Charge location on gas phase peptides

Abstract

Studying biological systems to determine structure has been performed by a number of analytical techniques, including electrospray ionization (ESI)/ion mobility spectrometry (IMS) with mass spectrometry (MS) detection. ESI/IMS/MS enables the determination of gas phase ionic molecular size and can be correlated to computational modeling for structural evaluation. In this study, a molecular modeling program (CHARMm) coupled with a novel method of experimentally determining ion radii with ambient pressure IMS/MS was utilized to determine the charge position on gas phase peptides. Molecular modeling predicted the relative sizes of several isomeric peptides previously separated by IMS in a nitrogen buffer gas, although the modeled radii were smaller than the experimental radii due to the large polarizability of the drift gas.
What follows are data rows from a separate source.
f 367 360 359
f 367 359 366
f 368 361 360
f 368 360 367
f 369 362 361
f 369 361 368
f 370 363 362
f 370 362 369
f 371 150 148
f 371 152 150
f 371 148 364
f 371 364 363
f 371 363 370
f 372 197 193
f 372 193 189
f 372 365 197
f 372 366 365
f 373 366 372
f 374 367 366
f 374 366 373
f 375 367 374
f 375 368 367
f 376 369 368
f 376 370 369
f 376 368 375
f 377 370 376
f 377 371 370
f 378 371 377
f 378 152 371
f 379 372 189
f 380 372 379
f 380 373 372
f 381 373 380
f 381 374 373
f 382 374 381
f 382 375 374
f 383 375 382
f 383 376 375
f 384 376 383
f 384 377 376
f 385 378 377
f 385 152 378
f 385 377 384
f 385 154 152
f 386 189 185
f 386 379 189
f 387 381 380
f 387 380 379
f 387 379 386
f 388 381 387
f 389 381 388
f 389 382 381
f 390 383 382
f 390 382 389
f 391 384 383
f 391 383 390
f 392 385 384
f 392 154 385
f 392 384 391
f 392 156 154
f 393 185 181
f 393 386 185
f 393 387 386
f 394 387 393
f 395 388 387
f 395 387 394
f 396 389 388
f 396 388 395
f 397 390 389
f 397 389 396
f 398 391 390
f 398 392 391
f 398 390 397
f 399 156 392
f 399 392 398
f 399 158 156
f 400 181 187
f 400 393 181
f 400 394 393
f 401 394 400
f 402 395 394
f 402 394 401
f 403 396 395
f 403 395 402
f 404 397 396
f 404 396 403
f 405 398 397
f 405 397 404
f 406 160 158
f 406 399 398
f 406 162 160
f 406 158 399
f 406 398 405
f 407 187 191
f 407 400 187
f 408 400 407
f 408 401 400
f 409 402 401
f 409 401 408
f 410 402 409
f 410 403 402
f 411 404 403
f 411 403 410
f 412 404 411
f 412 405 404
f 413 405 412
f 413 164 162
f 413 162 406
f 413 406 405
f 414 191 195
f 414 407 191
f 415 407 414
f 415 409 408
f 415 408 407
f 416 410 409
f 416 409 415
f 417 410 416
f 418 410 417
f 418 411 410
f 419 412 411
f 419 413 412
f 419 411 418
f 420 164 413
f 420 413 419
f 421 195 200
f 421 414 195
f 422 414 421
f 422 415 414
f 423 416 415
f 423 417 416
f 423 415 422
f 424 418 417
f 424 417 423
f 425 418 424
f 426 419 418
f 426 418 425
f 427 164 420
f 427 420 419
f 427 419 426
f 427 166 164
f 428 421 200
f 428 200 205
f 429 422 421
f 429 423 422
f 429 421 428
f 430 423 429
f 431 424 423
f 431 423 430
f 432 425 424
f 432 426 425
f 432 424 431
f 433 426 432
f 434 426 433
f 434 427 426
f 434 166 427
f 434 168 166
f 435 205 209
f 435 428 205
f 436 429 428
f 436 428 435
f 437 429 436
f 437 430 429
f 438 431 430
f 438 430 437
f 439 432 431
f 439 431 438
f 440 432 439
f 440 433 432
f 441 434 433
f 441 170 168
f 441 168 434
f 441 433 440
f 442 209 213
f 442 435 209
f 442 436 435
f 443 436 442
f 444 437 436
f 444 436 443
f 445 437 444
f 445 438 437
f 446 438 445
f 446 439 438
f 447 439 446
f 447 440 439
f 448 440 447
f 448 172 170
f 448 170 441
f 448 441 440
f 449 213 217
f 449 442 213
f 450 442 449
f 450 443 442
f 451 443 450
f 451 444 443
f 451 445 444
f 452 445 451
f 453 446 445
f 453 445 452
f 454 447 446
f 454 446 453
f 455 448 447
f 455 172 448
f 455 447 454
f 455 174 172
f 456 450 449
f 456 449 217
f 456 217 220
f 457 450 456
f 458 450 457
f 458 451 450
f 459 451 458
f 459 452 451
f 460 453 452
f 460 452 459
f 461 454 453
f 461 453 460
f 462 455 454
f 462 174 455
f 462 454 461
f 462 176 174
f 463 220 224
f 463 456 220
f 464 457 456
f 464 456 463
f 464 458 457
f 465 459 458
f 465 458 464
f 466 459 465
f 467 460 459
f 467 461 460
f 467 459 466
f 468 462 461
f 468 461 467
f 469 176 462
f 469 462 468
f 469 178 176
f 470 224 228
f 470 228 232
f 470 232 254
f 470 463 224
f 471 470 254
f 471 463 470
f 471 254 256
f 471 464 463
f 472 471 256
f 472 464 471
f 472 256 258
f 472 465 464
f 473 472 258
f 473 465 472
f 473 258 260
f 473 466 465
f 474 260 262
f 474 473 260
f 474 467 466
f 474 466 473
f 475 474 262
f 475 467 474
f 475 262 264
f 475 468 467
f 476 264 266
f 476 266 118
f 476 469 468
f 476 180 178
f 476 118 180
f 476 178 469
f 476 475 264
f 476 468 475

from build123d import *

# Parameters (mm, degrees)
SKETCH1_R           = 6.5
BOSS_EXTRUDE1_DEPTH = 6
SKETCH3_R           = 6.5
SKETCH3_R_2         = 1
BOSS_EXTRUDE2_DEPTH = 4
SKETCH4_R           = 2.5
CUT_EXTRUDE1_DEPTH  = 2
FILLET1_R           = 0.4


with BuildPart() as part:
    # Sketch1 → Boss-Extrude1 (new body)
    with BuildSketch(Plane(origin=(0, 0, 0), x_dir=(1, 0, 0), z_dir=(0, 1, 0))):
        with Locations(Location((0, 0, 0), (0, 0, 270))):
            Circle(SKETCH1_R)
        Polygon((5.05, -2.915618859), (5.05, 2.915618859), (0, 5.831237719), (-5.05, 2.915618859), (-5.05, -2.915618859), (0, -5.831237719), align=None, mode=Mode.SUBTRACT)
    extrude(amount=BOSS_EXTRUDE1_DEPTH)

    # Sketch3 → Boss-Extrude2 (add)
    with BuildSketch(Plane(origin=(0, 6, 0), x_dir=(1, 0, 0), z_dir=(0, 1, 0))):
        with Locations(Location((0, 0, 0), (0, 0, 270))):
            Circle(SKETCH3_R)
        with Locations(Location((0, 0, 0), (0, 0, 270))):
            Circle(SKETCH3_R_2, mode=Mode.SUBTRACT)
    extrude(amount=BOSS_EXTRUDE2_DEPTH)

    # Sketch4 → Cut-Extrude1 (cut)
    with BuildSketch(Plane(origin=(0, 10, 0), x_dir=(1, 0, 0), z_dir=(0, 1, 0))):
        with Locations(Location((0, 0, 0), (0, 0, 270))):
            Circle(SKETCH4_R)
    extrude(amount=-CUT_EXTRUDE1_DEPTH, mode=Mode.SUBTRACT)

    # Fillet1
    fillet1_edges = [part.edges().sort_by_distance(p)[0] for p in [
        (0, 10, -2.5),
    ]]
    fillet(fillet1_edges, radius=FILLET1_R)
To correct for the polarization of the ambient pressure gas through which the ions migrate in the ion mobility experiment, ionic radii in drift gases of differing polarizability were plotted as a function of drift gas polarizability. To compare with the zero-polarizability ionic radii ( y-intercept of the linear regression), the modeling experiment mimicked conditions of the actual experiment and the modeled and measured ionic size matched well. Moreover, when all possible charge locations on the peptides were modeled, only one modeled structure matched the experimental data, indicating that the combination of modeled and mobility data can determine charge location on gas phase peptides.